EXERCISE INSTRUCTIONS:
Scan the entries below. Report each line where the string "radians" occurs.

Data excerpts:
.....

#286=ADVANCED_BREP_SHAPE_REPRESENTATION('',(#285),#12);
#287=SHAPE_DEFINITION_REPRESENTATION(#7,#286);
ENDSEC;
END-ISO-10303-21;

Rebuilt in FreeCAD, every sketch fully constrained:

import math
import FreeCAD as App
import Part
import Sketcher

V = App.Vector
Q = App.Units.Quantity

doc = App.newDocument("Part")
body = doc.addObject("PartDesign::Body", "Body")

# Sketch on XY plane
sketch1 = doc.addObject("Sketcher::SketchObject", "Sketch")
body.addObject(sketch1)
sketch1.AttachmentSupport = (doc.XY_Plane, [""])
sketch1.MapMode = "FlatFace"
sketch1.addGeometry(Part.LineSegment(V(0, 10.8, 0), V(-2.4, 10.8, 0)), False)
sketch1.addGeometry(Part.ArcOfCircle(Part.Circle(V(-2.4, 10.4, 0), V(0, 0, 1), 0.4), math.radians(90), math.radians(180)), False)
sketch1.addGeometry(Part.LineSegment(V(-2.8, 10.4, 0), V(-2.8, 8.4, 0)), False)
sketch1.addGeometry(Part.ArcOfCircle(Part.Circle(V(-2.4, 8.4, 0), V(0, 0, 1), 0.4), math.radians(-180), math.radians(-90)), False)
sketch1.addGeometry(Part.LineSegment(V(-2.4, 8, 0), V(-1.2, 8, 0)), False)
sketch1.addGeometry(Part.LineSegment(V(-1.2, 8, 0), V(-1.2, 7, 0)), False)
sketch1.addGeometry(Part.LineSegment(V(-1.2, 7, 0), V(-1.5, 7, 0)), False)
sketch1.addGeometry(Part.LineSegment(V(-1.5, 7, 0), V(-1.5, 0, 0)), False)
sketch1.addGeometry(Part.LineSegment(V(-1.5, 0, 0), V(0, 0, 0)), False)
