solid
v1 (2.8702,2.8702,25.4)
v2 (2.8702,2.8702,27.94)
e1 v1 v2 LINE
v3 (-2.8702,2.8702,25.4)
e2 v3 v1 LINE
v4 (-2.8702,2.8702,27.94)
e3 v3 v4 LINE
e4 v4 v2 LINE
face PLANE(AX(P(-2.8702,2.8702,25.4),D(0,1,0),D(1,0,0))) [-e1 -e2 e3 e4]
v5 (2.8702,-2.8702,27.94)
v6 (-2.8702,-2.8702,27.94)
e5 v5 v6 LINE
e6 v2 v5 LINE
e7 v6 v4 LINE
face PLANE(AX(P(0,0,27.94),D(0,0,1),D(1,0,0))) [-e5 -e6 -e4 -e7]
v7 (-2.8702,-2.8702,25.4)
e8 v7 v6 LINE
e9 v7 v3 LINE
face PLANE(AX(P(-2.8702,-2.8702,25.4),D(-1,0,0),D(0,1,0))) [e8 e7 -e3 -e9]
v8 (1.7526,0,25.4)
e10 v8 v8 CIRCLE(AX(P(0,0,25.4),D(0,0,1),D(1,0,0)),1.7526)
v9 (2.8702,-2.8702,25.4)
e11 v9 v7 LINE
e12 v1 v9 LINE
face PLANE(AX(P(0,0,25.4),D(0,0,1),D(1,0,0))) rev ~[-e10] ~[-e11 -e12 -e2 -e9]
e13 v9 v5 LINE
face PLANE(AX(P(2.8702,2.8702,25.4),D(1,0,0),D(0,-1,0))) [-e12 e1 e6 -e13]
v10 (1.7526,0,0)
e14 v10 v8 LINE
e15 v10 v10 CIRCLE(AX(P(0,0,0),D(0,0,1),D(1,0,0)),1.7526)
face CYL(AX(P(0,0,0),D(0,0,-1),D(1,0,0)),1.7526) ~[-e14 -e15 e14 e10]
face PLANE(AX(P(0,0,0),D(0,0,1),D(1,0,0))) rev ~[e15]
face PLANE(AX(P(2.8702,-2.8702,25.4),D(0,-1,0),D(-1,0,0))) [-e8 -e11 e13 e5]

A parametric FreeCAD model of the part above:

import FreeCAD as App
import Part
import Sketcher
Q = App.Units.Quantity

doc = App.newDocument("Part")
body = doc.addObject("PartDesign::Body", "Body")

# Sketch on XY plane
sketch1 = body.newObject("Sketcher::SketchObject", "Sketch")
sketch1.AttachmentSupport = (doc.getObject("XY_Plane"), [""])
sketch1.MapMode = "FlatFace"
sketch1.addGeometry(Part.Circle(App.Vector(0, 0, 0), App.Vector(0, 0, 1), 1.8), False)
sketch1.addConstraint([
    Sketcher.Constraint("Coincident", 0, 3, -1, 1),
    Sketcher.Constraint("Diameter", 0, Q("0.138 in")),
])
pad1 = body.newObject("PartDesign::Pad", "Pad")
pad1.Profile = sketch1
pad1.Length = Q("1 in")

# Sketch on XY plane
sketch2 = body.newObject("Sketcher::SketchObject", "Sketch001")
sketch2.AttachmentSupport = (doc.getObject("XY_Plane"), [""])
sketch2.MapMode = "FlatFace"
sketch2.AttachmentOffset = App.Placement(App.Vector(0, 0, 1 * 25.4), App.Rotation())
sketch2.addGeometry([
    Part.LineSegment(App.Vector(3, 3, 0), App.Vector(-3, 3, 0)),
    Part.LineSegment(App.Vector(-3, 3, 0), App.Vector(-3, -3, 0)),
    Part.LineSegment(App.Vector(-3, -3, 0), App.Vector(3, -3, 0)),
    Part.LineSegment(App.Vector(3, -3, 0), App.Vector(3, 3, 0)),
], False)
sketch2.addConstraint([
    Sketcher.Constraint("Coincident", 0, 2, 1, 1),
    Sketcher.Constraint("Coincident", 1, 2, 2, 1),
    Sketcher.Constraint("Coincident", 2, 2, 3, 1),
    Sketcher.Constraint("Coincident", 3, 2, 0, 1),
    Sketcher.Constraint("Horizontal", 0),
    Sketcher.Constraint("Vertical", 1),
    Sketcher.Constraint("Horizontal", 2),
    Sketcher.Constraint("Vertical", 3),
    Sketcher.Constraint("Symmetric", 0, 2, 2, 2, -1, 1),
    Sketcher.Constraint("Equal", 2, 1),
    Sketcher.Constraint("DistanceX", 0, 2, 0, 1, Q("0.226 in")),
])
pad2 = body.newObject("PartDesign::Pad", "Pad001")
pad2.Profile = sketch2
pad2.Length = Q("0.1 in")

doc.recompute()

.....

OUTPUT OF THE TASK:
sketch1.addGeometry(Part.ArcOfCircle(Part.Circle(V(-2.4, 10.4, 0), V(0, 0, 1), 0.4), math.radians(90), math.radians(180)), False)
sketch1.addGeometry(Part.ArcOfCircle(Part.Circle(V(-2.4, 8.4, 0), V(0, 0, 1), 0.4), math.radians(-180), math.radians(-90)), False)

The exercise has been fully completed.